See [the TechPreview manifest enhancement](/enhancements/update/cvo-techpreview-manifests.md) for details.
### What if I only want the CVO to create my resource, but never update it?
This is only applicable to cases where the contents of a resource are not managed, but the presence is required for
usability. Today the only known use-case is config.openshift.io, so that `oc edit foo.config.openshift.io` "just works".
To do this, you can set the following metadata annotation:
```yaml
release.openshift.io/create-only: "true"
```
### How do I get added as a special run level?
Some operators need to run at a specific time in the release process (OLM, kube, openshift core operators, network, service CA). These components can ensure they run in a specific order across operators by prefixing their manifests with:
```linter
0000_<runlevel>_<dash-separated-component>_<manifest_filename>
```
For example, the Kube core operators run in runlevel 10-19 and have filenames like
```linter
0000_13_cluster-kube-scheduler-operator_03_crd.yaml
```
Assigned runlevels
- 00-04 - CVO
- 05 - cluster-config-operator
- 07 - Network operator
- 08 - DNS operator
- 09 - Service certificate authority and machine approver
- 10-29 - Kubernetes operators (master team)
- 30-39 - Machine API
- 50-59 - Operator-lifecycle manager
- 60-69 - OpenShift core operators (master team)
## How do I ensure the right images get used by my manifests?
Your manifests can contain a tag to the latest development image published by Origin. You’ll annotate your manifests by creating a file that identifies those images.
Assume you have two images in your manifests - `quay.io/openshift/origin-ingress-operator:latest` and `quay.io/openshift/origin-haproxy-router:latest`. Those correspond to the following tags `ingress-operator` and `haproxy-router` when the CI runs.

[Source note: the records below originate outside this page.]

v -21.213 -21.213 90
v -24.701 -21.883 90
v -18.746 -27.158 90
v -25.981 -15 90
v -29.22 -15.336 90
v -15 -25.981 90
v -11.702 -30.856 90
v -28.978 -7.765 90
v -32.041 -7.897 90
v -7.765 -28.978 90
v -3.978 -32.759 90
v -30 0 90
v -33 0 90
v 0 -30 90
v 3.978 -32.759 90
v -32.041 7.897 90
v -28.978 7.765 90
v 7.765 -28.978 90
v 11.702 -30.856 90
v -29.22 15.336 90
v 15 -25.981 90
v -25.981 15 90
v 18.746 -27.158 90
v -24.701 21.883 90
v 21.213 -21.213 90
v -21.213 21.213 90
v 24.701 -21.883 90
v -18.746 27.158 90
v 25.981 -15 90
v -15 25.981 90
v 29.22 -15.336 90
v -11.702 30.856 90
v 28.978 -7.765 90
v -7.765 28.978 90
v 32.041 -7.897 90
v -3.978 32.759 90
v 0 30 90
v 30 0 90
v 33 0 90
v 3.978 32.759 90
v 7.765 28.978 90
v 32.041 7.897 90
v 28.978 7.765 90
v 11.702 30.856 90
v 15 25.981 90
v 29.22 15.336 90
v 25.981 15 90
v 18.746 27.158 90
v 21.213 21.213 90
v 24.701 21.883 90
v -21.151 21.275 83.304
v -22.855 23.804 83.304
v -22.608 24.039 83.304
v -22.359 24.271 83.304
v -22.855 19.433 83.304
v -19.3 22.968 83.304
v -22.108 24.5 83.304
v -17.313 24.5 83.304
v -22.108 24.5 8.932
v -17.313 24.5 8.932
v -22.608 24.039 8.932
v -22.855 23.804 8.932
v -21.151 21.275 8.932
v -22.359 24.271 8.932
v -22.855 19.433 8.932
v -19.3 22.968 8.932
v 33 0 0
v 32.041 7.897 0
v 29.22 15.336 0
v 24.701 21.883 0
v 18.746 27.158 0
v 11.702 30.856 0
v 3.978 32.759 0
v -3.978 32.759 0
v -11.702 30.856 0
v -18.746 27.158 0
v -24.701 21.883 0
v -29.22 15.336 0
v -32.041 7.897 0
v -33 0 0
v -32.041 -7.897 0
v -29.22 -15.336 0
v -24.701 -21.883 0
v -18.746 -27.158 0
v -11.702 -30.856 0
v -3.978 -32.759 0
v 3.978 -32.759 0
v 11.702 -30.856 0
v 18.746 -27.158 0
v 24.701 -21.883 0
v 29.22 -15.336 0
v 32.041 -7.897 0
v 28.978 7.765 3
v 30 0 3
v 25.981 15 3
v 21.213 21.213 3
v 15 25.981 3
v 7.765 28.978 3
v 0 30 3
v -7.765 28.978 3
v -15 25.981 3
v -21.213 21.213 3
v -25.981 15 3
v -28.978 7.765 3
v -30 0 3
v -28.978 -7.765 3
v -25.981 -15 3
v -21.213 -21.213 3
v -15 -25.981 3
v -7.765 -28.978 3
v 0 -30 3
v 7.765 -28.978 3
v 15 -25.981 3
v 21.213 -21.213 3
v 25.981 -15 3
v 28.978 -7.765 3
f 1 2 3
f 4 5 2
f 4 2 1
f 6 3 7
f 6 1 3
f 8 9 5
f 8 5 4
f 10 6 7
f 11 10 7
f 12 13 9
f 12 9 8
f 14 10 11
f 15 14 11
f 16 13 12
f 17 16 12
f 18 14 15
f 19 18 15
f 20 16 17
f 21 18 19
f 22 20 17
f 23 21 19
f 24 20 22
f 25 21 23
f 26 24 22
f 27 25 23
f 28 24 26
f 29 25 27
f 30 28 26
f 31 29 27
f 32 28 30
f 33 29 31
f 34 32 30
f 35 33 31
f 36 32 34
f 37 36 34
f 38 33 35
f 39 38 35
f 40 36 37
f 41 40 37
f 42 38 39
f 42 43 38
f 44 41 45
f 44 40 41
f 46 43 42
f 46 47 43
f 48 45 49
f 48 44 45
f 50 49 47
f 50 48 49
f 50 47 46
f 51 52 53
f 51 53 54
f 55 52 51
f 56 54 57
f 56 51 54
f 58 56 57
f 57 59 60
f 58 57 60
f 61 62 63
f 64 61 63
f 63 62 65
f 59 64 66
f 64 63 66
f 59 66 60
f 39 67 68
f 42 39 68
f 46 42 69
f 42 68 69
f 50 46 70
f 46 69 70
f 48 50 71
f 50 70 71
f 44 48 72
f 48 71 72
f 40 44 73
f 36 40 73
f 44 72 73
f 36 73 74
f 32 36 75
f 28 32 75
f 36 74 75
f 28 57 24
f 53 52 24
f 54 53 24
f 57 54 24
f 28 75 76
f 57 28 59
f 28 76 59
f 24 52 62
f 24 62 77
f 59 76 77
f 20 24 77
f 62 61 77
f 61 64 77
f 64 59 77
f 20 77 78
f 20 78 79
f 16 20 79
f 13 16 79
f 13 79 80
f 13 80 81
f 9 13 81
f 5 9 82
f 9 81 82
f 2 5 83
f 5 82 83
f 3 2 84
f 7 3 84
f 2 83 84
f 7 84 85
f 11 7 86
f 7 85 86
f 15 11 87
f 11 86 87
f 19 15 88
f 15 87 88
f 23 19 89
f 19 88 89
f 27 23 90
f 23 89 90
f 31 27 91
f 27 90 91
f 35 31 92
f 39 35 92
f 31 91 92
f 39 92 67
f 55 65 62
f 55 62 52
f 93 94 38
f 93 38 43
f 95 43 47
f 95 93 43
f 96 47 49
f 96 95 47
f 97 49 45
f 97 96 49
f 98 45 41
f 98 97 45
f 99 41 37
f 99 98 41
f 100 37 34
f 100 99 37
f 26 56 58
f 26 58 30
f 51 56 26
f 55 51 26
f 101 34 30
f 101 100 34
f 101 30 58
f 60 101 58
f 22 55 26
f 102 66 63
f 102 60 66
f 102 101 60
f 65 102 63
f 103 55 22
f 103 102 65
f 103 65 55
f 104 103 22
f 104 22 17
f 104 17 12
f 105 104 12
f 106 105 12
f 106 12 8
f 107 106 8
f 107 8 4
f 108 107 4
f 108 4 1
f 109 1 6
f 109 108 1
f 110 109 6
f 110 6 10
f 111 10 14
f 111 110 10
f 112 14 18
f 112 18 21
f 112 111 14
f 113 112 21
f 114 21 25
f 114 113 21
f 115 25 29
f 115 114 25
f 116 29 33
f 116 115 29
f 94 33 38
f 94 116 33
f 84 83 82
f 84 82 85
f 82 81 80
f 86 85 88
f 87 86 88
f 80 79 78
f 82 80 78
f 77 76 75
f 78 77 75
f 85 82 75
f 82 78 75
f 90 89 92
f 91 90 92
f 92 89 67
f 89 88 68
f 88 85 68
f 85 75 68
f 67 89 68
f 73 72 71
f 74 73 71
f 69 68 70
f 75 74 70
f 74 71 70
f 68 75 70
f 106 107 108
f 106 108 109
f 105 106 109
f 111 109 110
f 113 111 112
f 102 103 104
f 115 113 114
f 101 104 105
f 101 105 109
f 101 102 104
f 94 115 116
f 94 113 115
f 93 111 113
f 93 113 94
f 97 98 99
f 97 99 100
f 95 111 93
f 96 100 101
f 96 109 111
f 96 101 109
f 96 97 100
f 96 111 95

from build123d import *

# Parameters (mm, degrees)
F0_R     = 30
F1_DEPTH = 3
F0_R_2   = 33
F2_DEPTH = 90
F3_W     = 9.444052
F3_H     = 74.371448
F4_DEPTH = 24.5


with BuildPart() as f1:
    # F0 (on Top) → F1 (new body)
    with BuildSketch(Plane.XY):
        Circle(F0_R)
    extrude(amount=F1_DEPTH)

    # F0 (on Top) → F2 (join)
    with BuildSketch(Plane.XY):
        Circle(F0_R_2)
        Circle(F0_R, mode=Mode.SUBTRACT)
    extrude(amount=F2_DEPTH)

    # F3 (on Front) → F4 (cut)
    with BuildSketch(Plane.XZ):
        with Locations((-18.13293, 46.117877)):
            Rectangle(F3_W, F3_H)
    extrude(amount=-F4_DEPTH, mode=Mode.SUBTRACT)


solid = f1.part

Create a file `image-references` in the /manifests dir with the following contents:
```yaml
kind: ImageStream
apiVersion: image.openshift.io/v1
spec:
tags:
- name: ingress-operator
from:
kind: DockerImage
Name: quay.io/openshift/origin-ingress-operator
- name: haproxy-router
from:
kind: DockerImage
Name: quay.io/openshift/origin-haproxy-router
```
The release tooling will read image-references and do the following operations:
Verify that the tags `ingress-operator` and `haproxy-router` exist from the release / CI tooling (in the image stream `openshift/origin-v4.0` on api.ci). If they don’t exist, you’ll get a build error.
Do a find and replace in your manifests (effectively a sed) that replaces `quay.io/openshift/origin-haproxy-router(:.*|@:.*)` with `registry.ci.openshift.org/openshift/origin-v4.0@sha256:<latest SHA for :haproxy-router>`
Store the fact that operator ingress-operator uses both of those images in a metadata file alongside the manifests
Bundle up your manifests and the metadata file as a docker image and push them to a registry
Later on, when someone wants to mirror a particular release, there will be tooling that can take the list of all images used by operators and mirror them to a new repo.
This pattern tries to balance between having the manifests in your source repo be able to deploy your latest upstream code *and* allowing us to get a full listing of all images used by various operators.